WHAT YOU NEED TO DO
The lines from the top of the listing through the one containing "#41=CARTESIAN_POINT('',(0.,-1155.7,101.6));" are to be retyped exactly, with no other lines.

DATA SUPPLIED
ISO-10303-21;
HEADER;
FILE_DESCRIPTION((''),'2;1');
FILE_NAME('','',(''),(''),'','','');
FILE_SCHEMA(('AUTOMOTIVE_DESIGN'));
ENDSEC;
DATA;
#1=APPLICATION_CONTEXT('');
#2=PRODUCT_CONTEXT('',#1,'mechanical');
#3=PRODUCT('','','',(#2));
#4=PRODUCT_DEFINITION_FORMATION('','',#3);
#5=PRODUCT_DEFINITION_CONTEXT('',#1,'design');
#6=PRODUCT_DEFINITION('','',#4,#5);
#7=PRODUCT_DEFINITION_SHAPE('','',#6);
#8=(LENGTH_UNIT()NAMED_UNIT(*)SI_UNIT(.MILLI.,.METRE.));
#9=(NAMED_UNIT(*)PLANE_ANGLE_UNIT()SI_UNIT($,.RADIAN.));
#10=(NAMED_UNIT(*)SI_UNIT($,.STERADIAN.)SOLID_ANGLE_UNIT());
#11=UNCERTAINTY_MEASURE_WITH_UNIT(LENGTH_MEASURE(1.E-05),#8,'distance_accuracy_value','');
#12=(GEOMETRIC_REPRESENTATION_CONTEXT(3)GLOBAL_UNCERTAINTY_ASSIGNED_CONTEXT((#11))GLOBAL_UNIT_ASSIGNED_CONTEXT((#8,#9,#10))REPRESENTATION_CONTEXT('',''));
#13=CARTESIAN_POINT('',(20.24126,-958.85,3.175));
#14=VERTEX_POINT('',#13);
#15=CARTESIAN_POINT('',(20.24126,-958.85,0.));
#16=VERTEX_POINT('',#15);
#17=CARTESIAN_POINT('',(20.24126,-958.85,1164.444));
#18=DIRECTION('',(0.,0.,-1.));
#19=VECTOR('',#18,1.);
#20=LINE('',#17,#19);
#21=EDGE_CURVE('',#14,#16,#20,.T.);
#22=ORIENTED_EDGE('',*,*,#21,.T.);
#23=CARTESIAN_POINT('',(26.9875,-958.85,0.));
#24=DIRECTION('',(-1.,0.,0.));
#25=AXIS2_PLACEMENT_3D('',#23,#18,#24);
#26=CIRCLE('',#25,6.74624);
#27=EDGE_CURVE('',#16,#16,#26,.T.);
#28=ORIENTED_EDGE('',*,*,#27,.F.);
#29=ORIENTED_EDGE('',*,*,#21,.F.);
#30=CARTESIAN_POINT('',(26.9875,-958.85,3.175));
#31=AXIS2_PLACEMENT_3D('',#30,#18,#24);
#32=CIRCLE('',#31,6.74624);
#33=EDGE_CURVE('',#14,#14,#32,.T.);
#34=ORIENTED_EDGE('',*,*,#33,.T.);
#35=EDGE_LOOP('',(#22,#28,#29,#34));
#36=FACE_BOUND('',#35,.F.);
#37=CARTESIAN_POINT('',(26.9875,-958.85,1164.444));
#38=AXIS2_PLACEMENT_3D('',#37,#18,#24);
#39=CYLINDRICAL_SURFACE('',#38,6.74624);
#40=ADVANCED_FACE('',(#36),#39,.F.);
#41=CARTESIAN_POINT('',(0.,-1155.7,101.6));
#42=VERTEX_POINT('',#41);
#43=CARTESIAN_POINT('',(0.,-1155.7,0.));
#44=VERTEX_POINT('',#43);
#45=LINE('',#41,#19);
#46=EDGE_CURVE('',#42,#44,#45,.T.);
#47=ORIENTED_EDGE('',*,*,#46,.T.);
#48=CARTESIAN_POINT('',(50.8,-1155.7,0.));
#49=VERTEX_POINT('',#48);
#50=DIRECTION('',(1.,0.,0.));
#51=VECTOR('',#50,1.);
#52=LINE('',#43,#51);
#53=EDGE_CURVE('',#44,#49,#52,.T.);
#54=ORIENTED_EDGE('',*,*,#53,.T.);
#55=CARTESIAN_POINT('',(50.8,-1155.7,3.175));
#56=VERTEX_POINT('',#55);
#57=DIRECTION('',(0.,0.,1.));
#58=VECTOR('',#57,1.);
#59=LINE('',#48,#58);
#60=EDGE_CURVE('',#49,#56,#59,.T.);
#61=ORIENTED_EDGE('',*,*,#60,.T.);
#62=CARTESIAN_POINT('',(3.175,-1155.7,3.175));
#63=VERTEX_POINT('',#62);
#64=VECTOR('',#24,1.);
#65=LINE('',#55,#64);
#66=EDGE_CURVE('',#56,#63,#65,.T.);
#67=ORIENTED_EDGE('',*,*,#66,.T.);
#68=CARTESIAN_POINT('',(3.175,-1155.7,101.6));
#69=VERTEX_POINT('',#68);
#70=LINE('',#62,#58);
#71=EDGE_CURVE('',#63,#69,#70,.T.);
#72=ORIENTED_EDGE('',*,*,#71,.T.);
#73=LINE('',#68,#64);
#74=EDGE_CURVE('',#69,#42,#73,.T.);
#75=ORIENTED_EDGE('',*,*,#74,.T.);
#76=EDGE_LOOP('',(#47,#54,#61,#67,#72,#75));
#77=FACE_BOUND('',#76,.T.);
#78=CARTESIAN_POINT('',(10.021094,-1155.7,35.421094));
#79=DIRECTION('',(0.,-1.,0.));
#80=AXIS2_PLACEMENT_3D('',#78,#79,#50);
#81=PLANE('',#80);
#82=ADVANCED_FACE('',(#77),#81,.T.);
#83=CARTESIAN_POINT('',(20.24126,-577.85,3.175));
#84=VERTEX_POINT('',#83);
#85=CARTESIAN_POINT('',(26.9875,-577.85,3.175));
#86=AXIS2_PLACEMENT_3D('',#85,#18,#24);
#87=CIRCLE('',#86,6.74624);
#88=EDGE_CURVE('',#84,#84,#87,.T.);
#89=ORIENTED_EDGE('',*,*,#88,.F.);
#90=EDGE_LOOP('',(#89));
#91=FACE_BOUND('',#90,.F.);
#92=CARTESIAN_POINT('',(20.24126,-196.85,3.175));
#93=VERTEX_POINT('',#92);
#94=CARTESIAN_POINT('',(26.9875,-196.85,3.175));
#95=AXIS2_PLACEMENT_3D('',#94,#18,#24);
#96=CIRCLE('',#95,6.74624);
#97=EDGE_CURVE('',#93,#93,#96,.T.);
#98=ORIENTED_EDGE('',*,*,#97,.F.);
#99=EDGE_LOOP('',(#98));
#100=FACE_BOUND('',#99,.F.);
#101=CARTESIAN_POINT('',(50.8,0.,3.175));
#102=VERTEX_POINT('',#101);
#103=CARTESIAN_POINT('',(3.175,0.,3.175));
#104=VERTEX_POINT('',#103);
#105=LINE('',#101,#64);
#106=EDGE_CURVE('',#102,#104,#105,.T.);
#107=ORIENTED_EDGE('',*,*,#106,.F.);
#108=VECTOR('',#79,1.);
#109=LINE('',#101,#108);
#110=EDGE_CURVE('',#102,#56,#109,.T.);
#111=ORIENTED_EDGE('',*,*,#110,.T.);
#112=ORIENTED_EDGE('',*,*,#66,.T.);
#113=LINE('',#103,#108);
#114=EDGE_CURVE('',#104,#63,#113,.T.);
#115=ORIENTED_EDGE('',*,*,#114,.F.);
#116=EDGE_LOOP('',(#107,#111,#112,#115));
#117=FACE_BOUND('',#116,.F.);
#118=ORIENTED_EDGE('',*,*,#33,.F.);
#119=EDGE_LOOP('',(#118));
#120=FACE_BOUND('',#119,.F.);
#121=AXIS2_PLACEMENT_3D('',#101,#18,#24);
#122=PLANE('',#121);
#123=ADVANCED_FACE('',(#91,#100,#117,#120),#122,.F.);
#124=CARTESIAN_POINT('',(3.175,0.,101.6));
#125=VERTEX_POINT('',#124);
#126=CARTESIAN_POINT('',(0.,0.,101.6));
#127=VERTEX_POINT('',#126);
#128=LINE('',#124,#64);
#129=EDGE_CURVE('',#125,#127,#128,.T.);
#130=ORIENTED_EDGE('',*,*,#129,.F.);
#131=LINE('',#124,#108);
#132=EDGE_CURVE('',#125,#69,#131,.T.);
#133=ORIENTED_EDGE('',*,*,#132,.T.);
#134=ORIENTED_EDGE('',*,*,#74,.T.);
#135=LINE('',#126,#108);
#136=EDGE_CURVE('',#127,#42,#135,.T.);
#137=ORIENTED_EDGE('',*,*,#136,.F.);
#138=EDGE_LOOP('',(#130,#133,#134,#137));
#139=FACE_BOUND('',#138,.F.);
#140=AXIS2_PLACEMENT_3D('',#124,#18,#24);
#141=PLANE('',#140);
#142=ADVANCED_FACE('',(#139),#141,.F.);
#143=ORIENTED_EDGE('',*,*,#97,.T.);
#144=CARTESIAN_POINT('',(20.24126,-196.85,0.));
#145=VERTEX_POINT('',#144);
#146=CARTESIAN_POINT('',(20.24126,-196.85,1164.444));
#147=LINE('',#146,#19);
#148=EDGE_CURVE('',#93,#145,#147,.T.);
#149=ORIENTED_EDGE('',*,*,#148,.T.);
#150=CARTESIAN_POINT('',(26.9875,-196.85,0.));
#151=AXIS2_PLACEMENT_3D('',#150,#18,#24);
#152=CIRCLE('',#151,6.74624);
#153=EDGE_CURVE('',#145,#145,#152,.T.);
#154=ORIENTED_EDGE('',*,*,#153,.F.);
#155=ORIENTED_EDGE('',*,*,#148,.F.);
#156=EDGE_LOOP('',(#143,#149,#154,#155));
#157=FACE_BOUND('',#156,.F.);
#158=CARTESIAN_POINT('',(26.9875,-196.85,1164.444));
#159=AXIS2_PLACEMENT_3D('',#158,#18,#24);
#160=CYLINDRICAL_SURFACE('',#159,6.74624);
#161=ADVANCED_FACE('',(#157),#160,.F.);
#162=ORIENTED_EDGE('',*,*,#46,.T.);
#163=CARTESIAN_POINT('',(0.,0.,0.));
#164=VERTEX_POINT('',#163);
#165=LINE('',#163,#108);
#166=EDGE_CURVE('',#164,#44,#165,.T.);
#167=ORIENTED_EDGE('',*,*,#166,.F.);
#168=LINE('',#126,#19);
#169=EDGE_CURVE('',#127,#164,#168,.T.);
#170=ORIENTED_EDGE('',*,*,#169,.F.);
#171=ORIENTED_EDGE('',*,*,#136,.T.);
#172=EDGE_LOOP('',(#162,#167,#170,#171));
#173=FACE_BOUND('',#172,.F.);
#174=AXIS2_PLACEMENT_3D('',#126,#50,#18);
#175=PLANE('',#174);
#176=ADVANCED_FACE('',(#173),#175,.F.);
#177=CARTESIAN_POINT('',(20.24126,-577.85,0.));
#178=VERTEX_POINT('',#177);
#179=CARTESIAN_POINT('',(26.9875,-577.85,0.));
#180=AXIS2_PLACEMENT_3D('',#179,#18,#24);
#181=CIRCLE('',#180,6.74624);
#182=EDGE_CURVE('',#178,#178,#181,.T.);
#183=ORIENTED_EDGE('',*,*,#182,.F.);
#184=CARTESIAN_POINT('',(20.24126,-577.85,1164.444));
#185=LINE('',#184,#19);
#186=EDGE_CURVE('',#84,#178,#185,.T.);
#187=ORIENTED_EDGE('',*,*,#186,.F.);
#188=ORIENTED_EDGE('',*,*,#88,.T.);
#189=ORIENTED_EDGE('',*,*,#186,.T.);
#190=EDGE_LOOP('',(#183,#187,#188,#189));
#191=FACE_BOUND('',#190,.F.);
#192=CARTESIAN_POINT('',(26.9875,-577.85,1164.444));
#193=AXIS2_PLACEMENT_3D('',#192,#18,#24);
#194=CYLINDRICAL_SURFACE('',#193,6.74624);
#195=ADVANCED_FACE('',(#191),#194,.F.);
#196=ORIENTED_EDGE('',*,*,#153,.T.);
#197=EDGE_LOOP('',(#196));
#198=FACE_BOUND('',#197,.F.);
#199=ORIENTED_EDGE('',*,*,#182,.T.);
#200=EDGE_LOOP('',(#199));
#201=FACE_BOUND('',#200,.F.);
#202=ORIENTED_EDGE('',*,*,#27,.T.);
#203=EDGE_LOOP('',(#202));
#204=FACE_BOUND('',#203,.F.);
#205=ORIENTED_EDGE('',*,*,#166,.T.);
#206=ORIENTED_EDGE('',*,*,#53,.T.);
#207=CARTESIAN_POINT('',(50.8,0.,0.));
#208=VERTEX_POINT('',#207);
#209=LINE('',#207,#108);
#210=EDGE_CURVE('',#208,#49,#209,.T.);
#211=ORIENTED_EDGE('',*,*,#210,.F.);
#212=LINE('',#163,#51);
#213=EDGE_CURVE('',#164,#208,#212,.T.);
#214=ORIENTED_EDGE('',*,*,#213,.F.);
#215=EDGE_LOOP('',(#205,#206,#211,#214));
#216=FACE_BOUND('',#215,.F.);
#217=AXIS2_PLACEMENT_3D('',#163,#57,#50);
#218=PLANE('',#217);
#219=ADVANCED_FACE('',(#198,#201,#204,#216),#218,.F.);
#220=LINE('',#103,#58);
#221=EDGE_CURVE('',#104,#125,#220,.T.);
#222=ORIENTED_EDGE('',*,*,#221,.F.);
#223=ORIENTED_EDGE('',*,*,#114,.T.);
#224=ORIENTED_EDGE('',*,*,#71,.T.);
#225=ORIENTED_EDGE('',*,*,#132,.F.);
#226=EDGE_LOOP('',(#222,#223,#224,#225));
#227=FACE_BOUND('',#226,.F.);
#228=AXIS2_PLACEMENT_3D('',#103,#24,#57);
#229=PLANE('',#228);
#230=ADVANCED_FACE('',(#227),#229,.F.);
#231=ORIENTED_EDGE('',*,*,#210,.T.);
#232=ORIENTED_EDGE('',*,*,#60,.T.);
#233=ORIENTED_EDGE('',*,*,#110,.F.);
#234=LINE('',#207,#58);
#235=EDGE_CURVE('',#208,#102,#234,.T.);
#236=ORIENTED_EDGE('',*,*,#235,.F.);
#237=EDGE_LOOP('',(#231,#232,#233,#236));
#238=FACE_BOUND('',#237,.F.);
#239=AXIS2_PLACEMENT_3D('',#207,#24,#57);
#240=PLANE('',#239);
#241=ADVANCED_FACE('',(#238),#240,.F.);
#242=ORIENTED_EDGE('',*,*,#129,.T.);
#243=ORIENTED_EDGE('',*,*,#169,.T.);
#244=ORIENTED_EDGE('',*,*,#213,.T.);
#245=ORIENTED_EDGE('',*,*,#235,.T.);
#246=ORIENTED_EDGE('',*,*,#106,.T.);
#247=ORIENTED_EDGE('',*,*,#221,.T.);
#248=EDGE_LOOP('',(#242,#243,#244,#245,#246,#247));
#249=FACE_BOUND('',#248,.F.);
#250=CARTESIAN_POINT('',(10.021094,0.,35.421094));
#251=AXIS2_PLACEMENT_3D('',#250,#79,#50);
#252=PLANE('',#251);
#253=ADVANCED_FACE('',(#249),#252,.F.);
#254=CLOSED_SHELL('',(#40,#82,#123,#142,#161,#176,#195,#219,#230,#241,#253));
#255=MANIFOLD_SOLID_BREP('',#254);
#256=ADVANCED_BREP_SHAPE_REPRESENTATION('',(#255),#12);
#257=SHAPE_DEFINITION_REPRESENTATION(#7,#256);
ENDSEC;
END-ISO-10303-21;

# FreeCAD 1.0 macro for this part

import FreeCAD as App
import Part
import Sketcher
from FreeCAD import Vector
Q = App.Units.Quantity

doc = App.newDocument("Part")
params = doc.addObject("Spreadsheet::Sheet", "Params")
for row, (alias, value) in enumerate([
    ("sketch1_width", "2 in"),
    ("sketch1_height", "4 in"),
    ("sketch1_width2", "1.875 in"),
    ("pad1_length", "45.5 in"),
    ("hole_diameter", "0.5312 in"),
], start=1):
    params.set(f"A{row}", alias)
    params.set(f"B{row}", "=" + value)
    params.setAlias(f"B{row}", alias)

body = doc.addObject("PartDesign::Body", "Body")

# Sketch on XZ plane
sketch1 = body.newObject("Sketcher::SketchObject", "Sketch")
sketch1.AttachmentSupport = (doc.getObject("XZ_Plane"), [""])
sketch1.MapMode = "FlatFace"
sketch1.addGeometry(Part.LineSegment(Vector(0, 101.6, 0), Vector(0, 0, 0)), False)
sketch1.addGeometry(Part.LineSegment(Vector(0, 0, 0), Vector(50.8, 0, 0)), False)
sketch1.addGeometry(Part.LineSegment(Vector(50.8, 0, 0), Vector(50.8, 3.2, 0)), False)
sketch1.addGeometry(Part.LineSegment(Vector(50.8, 3.2, 0), Vector(3.2, 3.2, 0)), False)
sketch1.addGeometry(Part.LineSegment(Vector(3.2, 3.2, 0), Vector(3.2, 101.6, 0)), False)
sketch1.addGeometry(Part.LineSegment(Vector(3.2, 101.6, 0), Vector(0, 101.6, 0)), False)
sketch1.addConstraint(Sketcher.Constraint("Coincident", 0, 2, 1, 1))
sketch1.addConstraint(Sketcher.Constraint("Coincident", 1, 2, 2, 1))
sketch1.addConstraint(Sketcher.Constraint("Coincident", 2, 2, 3, 1))
sketch1.addConstraint(Sketcher.Constraint("Coincident", 3, 2, 4, 1))
sketch1.addConstraint(Sketcher.Constraint("Coincident", 4, 2, 5, 1))
sketch1.addConstraint(Sketcher.Constraint("Coincident", 5, 2, 0, 1))
sketch1.addConstraint(Sketcher.Constraint("Vertical", 0))
sketch1.addConstraint(Sketcher.Constraint("Horizontal", 1))
sketch1.addConstraint(Sketcher.Constraint("Vertical", 2))
sketch1.addConstraint(Sketcher.Constraint("Horizontal", 3))
sketch1.addConstraint(Sketcher.Constraint("Vertical", 4))
sketch1.addConstraint(Sketcher.Constraint("Horizontal", 5))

TASK RESULT
ISO-10303-21;
HEADER;
FILE_DESCRIPTION((''),'2;1');
FILE_NAME('','',(''),(''),'','','');
FILE_SCHEMA(('AUTOMOTIVE_DESIGN'));
ENDSEC;
DATA;
#1=APPLICATION_CONTEXT('');
#2=PRODUCT_CONTEXT('',#1,'mechanical');
#3=PRODUCT('','','',(#2));
#4=PRODUCT_DEFINITION_FORMATION('','',#3);
#5=PRODUCT_DEFINITION_CONTEXT('',#1,'design');
#6=PRODUCT_DEFINITION('','',#4,#5);
#7=PRODUCT_DEFINITION_SHAPE('','',#6);
#8=(LENGTH_UNIT()NAMED_UNIT(*)SI_UNIT(.MILLI.,.METRE.));
#9=(NAMED_UNIT(*)PLANE_ANGLE_UNIT()SI_UNIT($,.RADIAN.));
#10=(NAMED_UNIT(*)SI_UNIT($,.STERADIAN.)SOLID_ANGLE_UNIT());
#11=UNCERTAINTY_MEASURE_WITH_UNIT(LENGTH_MEASURE(1.E-05),#8,'distance_accuracy_value','');
#12=(GEOMETRIC_REPRESENTATION_CONTEXT(3)GLOBAL_UNCERTAINTY_ASSIGNED_CONTEXT((#11))GLOBAL_UNIT_ASSIGNED_CONTEXT((#8,#9,#10))REPRESENTATION_CONTEXT('',''));
#13=CARTESIAN_POINT('',(20.24126,-958.85,3.175));
#14=VERTEX_POINT('',#13);
#15=CARTESIAN_POINT('',(20.24126,-958.85,0.));
#16=VERTEX_POINT('',#15);
#17=CARTESIAN_POINT('',(20.24126,-958.85,1164.444));
#18=DIRECTION('',(0.,0.,-1.));
#19=VECTOR('',#18,1.);
#20=LINE('',#17,#19);
#21=EDGE_CURVE('',#14,#16,#20,.T.);
#22=ORIENTED_EDGE('',*,*,#21,.T.);
#23=CARTESIAN_POINT('',(26.9875,-958.85,0.));
#24=DIRECTION('',(-1.,0.,0.));
#25=AXIS2_PLACEMENT_3D('',#23,#18,#24);
#26=CIRCLE('',#25,6.74624);
#27=EDGE_CURVE('',#16,#16,#26,.T.);
#28=ORIENTED_EDGE('',*,*,#27,.F.);
#29=ORIENTED_EDGE('',*,*,#21,.F.);
#30=CARTESIAN_POINT('',(26.9875,-958.85,3.175));
#31=AXIS2_PLACEMENT_3D('',#30,#18,#24);
#32=CIRCLE('',#31,6.74624);
#33=EDGE_CURVE('',#14,#14,#32,.T.);
#34=ORIENTED_EDGE('',*,*,#33,.T.);
#35=EDGE_LOOP('',(#22,#28,#29,#34));
#36=FACE_BOUND('',#35,.F.);
#37=CARTESIAN_POINT('',(26.9875,-958.85,1164.444));
#38=AXIS2_PLACEMENT_3D('',#37,#18,#24);
#39=CYLINDRICAL_SURFACE('',#38,6.74624);
#40=ADVANCED_FACE('',(#36),#39,.F.);
#41=CARTESIAN_POINT('',(0.,-1155.7,101.6));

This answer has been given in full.